Perubahan suhu secara tiba-tiba akan menyebabkan kematian organisme akuatik (Moriber 1974). Effendi (2003) mengemukakan bahwa peningkatan suhu akan meningkatkan laju metabolisme, karena setiap kenaikan suhu sebesar 10°C akan menyebabkan kebutuhan oksigen biota laut naik hampir dua kali lipat. Setiap peningkatan konsumsi oksigen akan meningkatkan laju dekomposisi dan mempengaruhi proses regenerasi unsur hara. Suhu optimum bagi pertumbuhan fitoplankton terjadi antara selang 25-40°C (Reynols 1990). Faktor suhu merupakan salah satu variabel lingkungan yang secara tidak langsung mempengaruhi kandungan unsur hara di laut.

Suhu air sangat dipengaruhi oleh intensitas sinar matahari yang jatuh ke permukaan air, yang sebagian dipantulkan kembali ke atmosfir dan sebagian masuk ke perairan dan disimpan dalam bentuk energi (Welch 1952).

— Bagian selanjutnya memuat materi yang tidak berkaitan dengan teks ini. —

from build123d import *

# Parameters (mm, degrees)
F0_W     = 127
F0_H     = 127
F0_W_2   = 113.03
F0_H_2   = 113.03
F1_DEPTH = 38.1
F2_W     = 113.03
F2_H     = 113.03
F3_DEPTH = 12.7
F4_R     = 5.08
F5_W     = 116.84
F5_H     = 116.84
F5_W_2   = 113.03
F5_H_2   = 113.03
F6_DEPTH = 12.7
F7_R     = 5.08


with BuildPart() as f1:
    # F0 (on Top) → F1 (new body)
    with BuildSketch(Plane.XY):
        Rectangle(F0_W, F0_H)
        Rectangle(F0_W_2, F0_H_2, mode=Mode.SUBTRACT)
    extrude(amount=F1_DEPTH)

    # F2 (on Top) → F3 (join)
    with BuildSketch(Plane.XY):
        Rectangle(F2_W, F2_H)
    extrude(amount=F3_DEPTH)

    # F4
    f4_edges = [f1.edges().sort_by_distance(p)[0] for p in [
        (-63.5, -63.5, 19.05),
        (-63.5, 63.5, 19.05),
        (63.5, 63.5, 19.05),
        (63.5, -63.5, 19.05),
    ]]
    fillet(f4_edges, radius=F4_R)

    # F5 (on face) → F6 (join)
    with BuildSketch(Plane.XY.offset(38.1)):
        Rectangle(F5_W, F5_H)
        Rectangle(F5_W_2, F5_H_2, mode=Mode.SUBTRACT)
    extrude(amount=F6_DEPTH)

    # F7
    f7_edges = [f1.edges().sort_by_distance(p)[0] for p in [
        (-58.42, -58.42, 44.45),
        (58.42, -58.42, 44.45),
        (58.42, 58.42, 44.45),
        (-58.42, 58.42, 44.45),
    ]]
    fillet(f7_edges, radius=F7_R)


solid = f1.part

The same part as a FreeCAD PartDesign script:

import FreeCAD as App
import Part
import Sketcher
Q = App.Units.Quantity


def edges_at(feature, points):
    """Names of the edges that pass closest to the given points."""
    edges = feature.Shape.Edges
    near = lambda p: min(range(len(edges)), key=lambda i: edges[i].distToShape(Part.Vertex(*p))[0])
    return sorted({f"Edge{near(p) + 1}" for p in points})

doc = App.newDocument("Part")
body = doc.addObject("PartDesign::Body", "Body")

sketch1 = body.newObject("Sketcher::SketchObject", "Sketch")
sketch1.AttachmentSupport = (doc.getObject("XY_Plane"), [""])
sketch1.MapMode = "FlatFace"
sketch1.addGeometry(Part.LineSegment(App.Vector(-63.5, 63.5, 0), App.Vector(-63.5, -63.5, 0)), False)
sketch1.addGeometry(Part.LineSegment(App.Vector(-63.5, -63.5, 0), App.Vector(63.5, -63.5, 0)), False)
sketch1.addGeometry(Part.LineSegment(App.Vector(63.5, -63.5, 0), App.Vector(63.5, 63.5, 0)), False)
sketch1.addGeometry(Part.LineSegment(App.Vector(63.5, 63.5, 0), App.Vector(-63.5, 63.5, 0)), False)
sketch1.addGeometry(Part.LineSegment(App.Vector(56.515, -56.515, 0), App.Vector(-56.515, -56.515, 0)), False)
sketch1.addGeometry(Part.LineSegment(App.Vector(-56.515, -56.515, 0), App.Vector(-56.515, 56.515, 0)), False)
sketch1.addGeometry(Part.LineSegment(App.Vector(-56.515, 56.515, 0), App.Vector(56.515, 56.515, 0)), False)
sketch1.addGeometry(Part.LineSegment(App.Vector(56.515, 56.515, 0), App.Vector(56.515, -56.515, 0)), False)
sketch1.addConstraint(Sketcher.Constraint("Coincident", 0, 2, 1, 1))
sketch1.addConstraint(Sketcher.Constraint("Coincident", 1, 2, 2, 1))
sketch1.addConstraint(Sketcher.Constraint("Coincident", 2, 2, 3, 1))
sketch1.addConstraint(Sketcher.Constraint("Coincident", 3, 2, 0, 1))
sketch1.addConstraint(Sketcher.Constraint("Coincident", 4, 2, 5, 1))
sketch1.addConstraint(Sketcher.Constraint("Coincident", 5, 2, 6, 1))
sketch1.addConstraint(Sketcher.Constraint("Coincident", 6, 2, 7, 1))
sketch1.addConstraint(Sketcher.Constraint("Coincident", 7, 2, 4, 1))
sketch1.addConstraint(Sketcher.Constraint("Vertical", 0))
sketch1.addConstraint(Sketcher.Constraint("Horizontal", 1))
sketch1.addConstraint(Sketcher.Constraint("Vertical", 2))
sketch1.addConstraint(Sketcher.Constraint("Horizontal", 3))
sketch1.addConstraint(Sketcher.Constraint("Horizontal", 4))
sketch1.addConstraint(Sketcher.Constraint("Vertical", 5))
sketch1.addConstraint(Sketcher.Constraint("Horizontal", 6))
sketch1.addConstraint(Sketcher.Constraint("Vertical", 7))
sketch1.addConstraint(Sketcher.Constraint("Symmetric", 0, 2, 2, 2, -1, 1))
sketch1.addConstraint(Sketcher.Constraint("Symmetric", 4, 2, 6, 2, -1, 1))
sketch1.addConstraint(Sketcher.Constraint("Equal", 3, 0))
sketch1.addConstraint(Sketcher.Constraint("Equal", 6, 5))
sketch1.addConstraint(Sketcher.Constraint("DistanceX", 1, 1, 1, 2, Q("5 in")))
sketch1.addConstraint(Sketcher.Constraint("DistanceX", 4, 2, 4, 1, Q("4.45 in")))
pad1 = body.newObject("PartDesign::Pad", "Pad")
pad1.Profile = sketch1
pad1.Length = Q("1.5 in")

sketch2 = body.newObject("Sketcher::SketchObject", "Sketch001")
sketch2.AttachmentSupport = (doc.getObject("XY_Plane"), [""])
sketch2.MapMode = "FlatFace"
sketch2.addGeometry(Part.LineSegment(App.Vector(-56.515, 56.515, 0), App.Vector(-56.515, -56.515, 0)), False)
sketch2.addGeometry(Part.LineSegment(App.Vector(-56.515, -56.515, 0), App.Vector(56.515, -56.515, 0)), False)
sketch2.addGeometry(Part.LineSegment(App.Vector(56.515, -56.515, 0), App.Vector(56.515, 56.515, 0)), False)
sketch2.addGeometry(Part.LineSegment(App.Vector(56.515, 56.515, 0), App.Vector(-56.515, 56.515, 0)), False)
sketch2.addConstraint(Sketcher.Constraint("Coincident", 0, 2, 1, 1))
sketch2.addConstraint(Sketcher.Constraint("Coincident", 1, 2, 2, 1))
sketch2.addConstraint(Sketcher.Constraint("Coincident", 2, 2, 3, 1))
sketch2.addConstraint(Sketcher.Constraint("Coincident", 3, 2, 0, 1))
sketch2.addConstraint(Sketcher.Constraint("Vertical", 0))
sketch2.addConstraint(Sketcher.Constraint("Horizontal", 1))
sketch2.addConstraint(Sketcher.Constraint("Vertical", 2))
sketch2.addConstraint(Sketcher.Constraint("Horizontal", 3))
sketch2.addConstraint(Sketcher.Constraint("Symmetric", 0, 2, 2, 2, -1, 1))
sketch2.addConstraint(Sketcher.Constraint("Equal", 3, 0))
sketch2.addConstraint(Sketcher.Constraint("DistanceX", 1, 1, 1, 2, Q("4.45 in")))
pad2 = body.newObject("PartDesign::Pad", "Pad001")
pad2.Profile = sketch2
pad2.Length = Q("0.5 in")
doc.recompute()

fillet = body.newObject("PartDesign::Fillet", "Fillet")
fillet.Base = (pad2, edges_at(pad2, [
    (-63.5, -63.5, 19.05),
    (-63.5, 63.5, 19.05),
    (63.5, 63.5, 19.05),
    (63.5, -63.5, 19.05),
]))
fillet.Radius = Q("0.2 in")

sketch3 = body.newObject("Sketcher::SketchObject", "Sketch002")
sketch3.AttachmentSupport = (doc.getObject("XY_Plane"), [""])
sketch3.MapMode = "FlatFace"
sketch3.AttachmentOffset = App.Placement(App.Vector(0, 0, 1.5 * 25.4), App.Rotation())
sketch3.addGeometry(Part.LineSegment(App.Vector(-58.42, 58.42, 0), App.Vector(-58.42, -58.42, 0)), False)
sketch3.addGeometry(Part.LineSegment(App.Vector(-58.42, -58.42, 0), App.Vector(58.42, -58.42, 0)), False)
sketch3.addGeometry(Part.LineSegment(App.Vector(58.42, -58.42, 0), App.Vector(58.42, 58.42, 0)), False)
sketch3.addGeometry(Part.LineSegment(App.Vector(58.42, 58.42, 0), App.Vector(-58.42, 58.42, 0)), False)
sketch3.addGeometry(Part.LineSegment(App.Vector(56.515, -56.515, 0), App.Vector(-56.515, -56.515, 0)), False)
sketch3.addGeometry(Part.LineSegment(App.Vector(-56.515, -56.515, 0), App.Vector(-56.515, 56.515, 0)), False)
sketch3.addGeometry(Part.LineSegment(App.Vector(-56.515, 56.515, 0), App.Vector(56.515, 56.515, 0)), False)
sketch3.addGeometry(Part.LineSegment(App.Vector(56.515, 56.515, 0), App.Vector(56.515, -56.515, 0)), False)
sketch3.addConstraint(Sketcher.Constraint("Coincident", 0, 2, 1, 1))
sketch3.addConstraint(Sketcher.Constraint("Coincident", 1, 2, 2, 1))
sketch3.addConstraint(Sketcher.Constraint("Coincident", 2, 2, 3, 1))
sketch3.addConstraint(Sketcher.Constraint("Coincident", 3, 2, 0, 1))
sketch3.addConstraint(Sketcher.Constraint("Coincident", 4, 2, 5, 1))
sketch3.addConstraint(Sketcher.Constraint("Coincident", 5, 2, 6, 1))
sketch3.addConstraint(Sketcher.Constraint("Coincident", 6, 2, 7, 1))
sketch3.addConstraint(Sketcher.Constraint("Coincident", 7, 2, 4, 1))
sketch3.addConstraint(Sketcher.Constraint("Vertical", 0))
sketch3.addConstraint(Sketcher.Constraint("Horizontal", 1))
sketch3.addConstraint(Sketcher.Constraint("Vertical", 2))
sketch3.addConstraint(Sketcher.Constraint("Horizontal", 3))
sketch3.addConstraint(Sketcher.Constraint("Horizontal", 4))
sketch3.addConstraint(Sketcher.Constraint("Vertical", 5))
sketch3.addConstraint(Sketcher.Constraint("Horizontal", 6))
sketch3.addConstraint(Sketcher.Constraint("Vertical", 7))
sketch3.addConstraint(Sketcher.Constraint("Symmetric", 0, 2, 2, 2, -1, 1))
sketch3.addConstraint(Sketcher.Constraint("Symmetric", 4, 2, 6, 2, -1, 1))
sketch3.addConstraint(Sketcher.Constraint("Equal", 3, 0))
sketch3.addConstraint(Sketcher.Constraint("Equal", 6, 5))
sketch3.addConstraint(Sketcher.Constraint("DistanceX", 1, 1, 1, 2, Q("4.6 in")))
sketch3.addConstraint(Sketcher.Constraint("DistanceX", 4, 2, 4, 1, Q("4.45 in")))
pad3 = body.newObject("PartDesign::Pad", "Pad002")
pad3.Profile = sketch3
pad3.Length = Q("0.5 in")
doc.recompute()

fillet2 = body.newObject("PartDesign::Fillet", "Fillet001")
fillet2.Base = (pad3, edges_at(pad3, [
    (-58.42, -58.42, 44.45),
    (58.42, -58.42, 44.45),
    (58.42, 58.42, 44.45),
    (-58.42, 58.42, 44.45),
]))
fillet2.Radius = Q("0.2 in")

doc.recompute()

Menurut Nontji (1987) suhu air di permukaan dipengaruhi oleh kondisi meteorologi antara lain curah hujan, penguapan, kelembaban udara, kecepatan angin, dan intensitas radiasi sinar

(31)

matahari. Menurut Effendi (2003), suhu air dipengaruhi oleh musim, posisi geografis (lintang atau latitude), ketinggian dari permukaan air laut (altitude), waktu dalam hari, sirkulasi udara, penutupan awan, dan aliran serta kedalaman badan air.

2.4.3. Kecerahan

Kecerahan merupakan parameter fisika yang menggambarkan ukuran transparansi dan sifat optik terhadap transmisi cahaya (Effendi 2003). Tingkat kecerahan perairan dapat diamati secara visual dengan bantuan alat Secchi disc (Basmi 1995). Keadaam cuaca, waktu pengukuran, kekeruhan, dan padatan tersuspensi merupakan faktor utama yang mempengaruhi nilai kecerahan. Semakin besar nilai kekeruhan dan padatan tersuspensi maka nilai kandungan unsur hara relatif akan meningkat (Effendi 2003).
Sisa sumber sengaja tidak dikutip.